**Assigned task**. Please retype the records below exactly, from the first line down to and including the line with "# 草图1 → 凸台-拉伸1 (new body)".

**Recorded data**.
Content starts

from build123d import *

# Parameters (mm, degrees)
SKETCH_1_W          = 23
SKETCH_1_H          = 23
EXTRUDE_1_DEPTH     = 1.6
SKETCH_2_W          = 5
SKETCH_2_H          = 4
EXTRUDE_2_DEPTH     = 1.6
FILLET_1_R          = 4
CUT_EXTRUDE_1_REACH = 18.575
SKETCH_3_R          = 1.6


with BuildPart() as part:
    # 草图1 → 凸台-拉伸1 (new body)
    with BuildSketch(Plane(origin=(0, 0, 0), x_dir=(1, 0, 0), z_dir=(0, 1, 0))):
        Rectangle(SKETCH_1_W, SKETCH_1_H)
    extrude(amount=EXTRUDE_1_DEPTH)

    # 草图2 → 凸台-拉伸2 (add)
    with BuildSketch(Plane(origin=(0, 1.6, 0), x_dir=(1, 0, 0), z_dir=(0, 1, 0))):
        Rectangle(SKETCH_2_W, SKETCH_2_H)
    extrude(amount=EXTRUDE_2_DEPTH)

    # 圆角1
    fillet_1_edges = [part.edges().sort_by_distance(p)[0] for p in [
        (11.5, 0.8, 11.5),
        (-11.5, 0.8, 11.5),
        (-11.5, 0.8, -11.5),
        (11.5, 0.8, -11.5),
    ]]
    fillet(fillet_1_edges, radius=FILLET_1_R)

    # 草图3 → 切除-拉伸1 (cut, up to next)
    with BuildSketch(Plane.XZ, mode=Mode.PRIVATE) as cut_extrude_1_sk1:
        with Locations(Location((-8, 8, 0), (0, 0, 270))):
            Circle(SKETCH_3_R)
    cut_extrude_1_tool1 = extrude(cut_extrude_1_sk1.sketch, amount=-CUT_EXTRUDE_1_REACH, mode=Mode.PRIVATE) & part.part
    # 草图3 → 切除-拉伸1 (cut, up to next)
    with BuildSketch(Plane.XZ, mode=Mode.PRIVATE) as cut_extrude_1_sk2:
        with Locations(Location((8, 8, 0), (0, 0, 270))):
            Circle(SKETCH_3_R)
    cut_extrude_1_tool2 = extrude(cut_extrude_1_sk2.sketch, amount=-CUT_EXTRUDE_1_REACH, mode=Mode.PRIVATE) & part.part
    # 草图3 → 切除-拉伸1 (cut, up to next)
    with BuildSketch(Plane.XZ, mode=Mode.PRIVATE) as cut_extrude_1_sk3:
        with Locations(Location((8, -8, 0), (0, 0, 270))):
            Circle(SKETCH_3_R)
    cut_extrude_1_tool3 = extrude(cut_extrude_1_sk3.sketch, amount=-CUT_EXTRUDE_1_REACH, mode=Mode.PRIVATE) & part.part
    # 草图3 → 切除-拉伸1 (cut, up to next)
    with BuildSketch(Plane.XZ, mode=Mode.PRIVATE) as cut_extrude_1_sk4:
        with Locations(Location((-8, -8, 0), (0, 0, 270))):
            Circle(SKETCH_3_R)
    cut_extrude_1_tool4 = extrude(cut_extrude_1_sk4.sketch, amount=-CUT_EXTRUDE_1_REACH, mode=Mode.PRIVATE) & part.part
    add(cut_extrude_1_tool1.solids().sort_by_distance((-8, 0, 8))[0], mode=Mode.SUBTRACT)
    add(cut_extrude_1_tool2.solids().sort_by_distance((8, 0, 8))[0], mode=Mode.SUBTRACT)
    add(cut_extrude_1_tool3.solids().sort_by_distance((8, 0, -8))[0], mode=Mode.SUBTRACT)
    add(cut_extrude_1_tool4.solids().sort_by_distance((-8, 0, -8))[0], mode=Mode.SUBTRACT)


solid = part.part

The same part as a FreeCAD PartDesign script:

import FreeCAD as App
import Part
import Sketcher

V = App.Vector


def edges_at(feature, points):
    """Names of the edges that pass closest to the given points."""
    edges = feature.Shape.Edges
    near = lambda p: min(range(len(edges)), key=lambda i: edges[i].distToShape(Part.Vertex(*p))[0])
    return sorted({f"Edge{near(p) + 1}" for p in points})


def add_polygon(sketch, points):
    """Adds a closed chain of lines whose ends are joined by coincident constraints."""
    first, n = sketch.GeometryCount, len(points)
    for a, b in zip(points, points[1:] + points[:1]):
        sketch.addGeometry(Part.LineSegment(App.Vector(*a, 0), App.Vector(*b, 0)), False)
    for i in range(n):
        sketch.addConstraint(Sketcher.Constraint("Coincident", first + i, 2, first + (i + 1) % n, 1))

doc = App.newDocument("Part")
body = doc.addObject("PartDesign::Body", "Body")

# Sketch on XZ plane
sketch1 = doc.addObject("Sketcher::SketchObject", "Sketch")
body.addObject(sketch1)
sketch1.AttachmentSupport = (doc.XZ_Plane, [""])
sketch1.MapMode = "FlatFace"
add_polygon(sketch1, [(-12, -12), (-12, 12), (12, 12), (12, -12)])  # lines 0-3
sketch1.addConstraint(Sketcher.Constraint("Vertical", 0))
sketch1.addConstraint(Sketcher.Constraint("Horizontal", 1))
sketch1.addConstraint(Sketcher.Constraint("Vertical", 2))
sketch1.addConstraint(Sketcher.Constraint("Horizontal", 3))
sketch1.addConstraint(Sketcher.Constraint("Symmetric", 0, 2, 2, 2, -1, 1))
sketch1.addConstraint(Sketcher.Constraint("Equal", 3, 0))
sketch1.addConstraint(Sketcher.Constraint("DistanceX", 1, 1, 1, 2, 23.0))
pad1 = doc.addObject("PartDesign::Pad", "Pad")
body.addObject(pad1)
pad1.Profile = sketch1
pad1.Length = 1.6
pad1.Reversed = True

# Sketch on XZ plane
sketch2 = doc.addObject("Sketcher::SketchObject", "Sketch001")
body.addObject(sketch2)
sketch2.AttachmentSupport = (doc.XZ_Plane, [""])
sketch2.MapMode = "FlatFace"
sketch2.AttachmentOffset = App.Placement(V(0, 0, -1.6), App.Rotation())
add_polygon(sketch2, [(-2.5, -2), (-2.5, 2), (2.5, 2), (2.5, -2)])  # lines 0-3
sketch2.addConstraint(Sketcher.Constraint("Vertical", 0))
sketch2.addConstraint(Sketcher.Constraint("Horizontal", 1))
sketch2.addConstraint(Sketcher.Constraint("Vertical", 2))
sketch2.addConstraint(Sketcher.Constraint("Horizontal", 3))
sketch2.addConstraint(Sketcher.Constraint("Symmetric", 0, 2, 2, 2, -1, 1))
sketch2.addConstraint(Sketcher.Constraint("DistanceX", 1, 1, 1, 2, 5.0))
sketch2.addConstraint(Sketcher.Constraint("DistanceY", 0, 1, 0, 2, 4.0))
pad2 = doc.addObject("PartDesign::Pad", "Pad001")
body.addObject(pad2)
pad2.Profile = sketch2
pad2.Length = 1.6
pad2.Reversed = True
doc.recompute()

fillet = doc.addObject("PartDesign::Fillet", "Fillet")
body.addObject(fillet)
fillet.Base = (pad2, edges_at(pad2, [
    (11.5, 0.8, 11.5),
    (-11.5, 0.8, 11.5),
    (-11.5, 0.8, -11.5),
    (11.5, 0.8, -11.5),
]))
fillet.Radius = 4

# Sketch on XZ plane
sketch3 = doc.addObject("Sketcher::SketchObject", "Sketch002")
body.addObject(sketch3)
sketch3.AttachmentSupport = (doc.XZ_Plane, [""])
sketch3.MapMode = "FlatFace"
sketch3.addGeometry(Part.Circle(V(-8, 8, 0), V(0, 0, 1), 1.6), False)
sketch3.addConstraint(Sketcher.Constraint("Diameter", 0, 3.2))
sketch3.addConstraint(Sketcher.Constraint("DistanceX", 0, 3, -1, 1, 8.0))
sketch3.addConstraint(Sketcher.Constraint("DistanceY", -1, 1, 0, 3, 8.0))
pocket1 = doc.addObject("PartDesign::Pocket", "Pocket")
body.addObject(pocket1)
pocket1.Profile = sketch3
pocket1.Type = "UpToFirst"

# Sketch on XZ plane
sketch4 = doc.addObject("Sketcher::SketchObject", "Sketch003")
body.addObject(sketch4)
sketch4.AttachmentSupport = (doc.XZ_Plane, [""])
sketch4.MapMode = "FlatFace"
sketch4.addGeometry(Part.Circle(V(8, 8, 0), V(0, 0, 1), 1.6), False)
sketch4.addConstraint(Sketcher.Constraint("Diameter", 0, 3.2))
sketch4.addConstraint(Sketcher.Constraint("DistanceX", -1, 1, 0, 3, 8.0))
sketch4.addConstraint(Sketcher.Constraint("DistanceY", -1, 1, 0, 3, 8.0))
pocket2 = doc.addObject("PartDesign::Pocket", "Pocket001")
body.addObject(pocket2)
pocket2.Profile = sketch4
pocket2.Type = "UpToFirst"

# Sketch on XZ plane
sketch5 = doc.addObject("Sketcher::SketchObject", "Sketch004")
body.addObject(sketch5)
sketch5.AttachmentSupport = (doc.XZ_Plane, [""])
sketch5.MapMode = "FlatFace"
sketch5.addGeometry(Part.Circle(V(8, -8, 0), V(0, 0, 1), 1.6), False)
sketch5.addConstraint(Sketcher.Constraint("Diameter", 0, 3.2))
sketch5.addConstraint(Sketcher.Constraint("DistanceX", -1, 1, 0, 3, 8.0))
sketch5.addConstraint(Sketcher.Constraint("DistanceY", 0, 3, -1, 1, 8.0))
pocket3 = doc.addObject("PartDesign::Pocket", "Pocket002")
body.addObject(pocket3)
pocket3.Profile = sketch5
pocket3.Type = "UpToFirst"

# Sketch on XZ plane
sketch6 = doc.addObject("Sketcher::SketchObject", "Sketch005")
body.addObject(sketch6)
sketch6.AttachmentSupport = (doc.XZ_Plane, [""])
sketch6.MapMode = "FlatFace"
sketch6.addGeometry(Part.Circle(V(-8, -8, 0), V(0, 0, 1), 1.6), False)
sketch6.addConstraint(Sketcher.Constraint("Diameter", 0, 3.2))
sketch6.addConstraint(Sketcher.Constraint("DistanceX", 0, 3, -1, 1, 8.0))
sketch6.addConstraint(Sketcher.Constraint("DistanceY", 0, 3, -1, 1, 8.0))
pocket4 = doc.addObject("PartDesign::Pocket", "Pocket003")
body.addObject(pocket4)
pocket4.Profile = sketch6
pocket4.Type = "UpToFirst"

doc.recompute()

Content ends

**Final answer**.
from build123d import *

# Parameters (mm, degrees)
SKETCH_1_W          = 23
SKETCH_1_H          = 23
EXTRUDE_1_DEPTH     = 1.6
SKETCH_2_W          = 5
SKETCH_2_H          = 4
EXTRUDE_2_DEPTH     = 1.6
FILLET_1_R          = 4
CUT_EXTRUDE_1_REACH = 18.575
SKETCH_3_R          = 1.6


with BuildPart() as part:
    # 草图1 → 凸台-拉伸1 (new body)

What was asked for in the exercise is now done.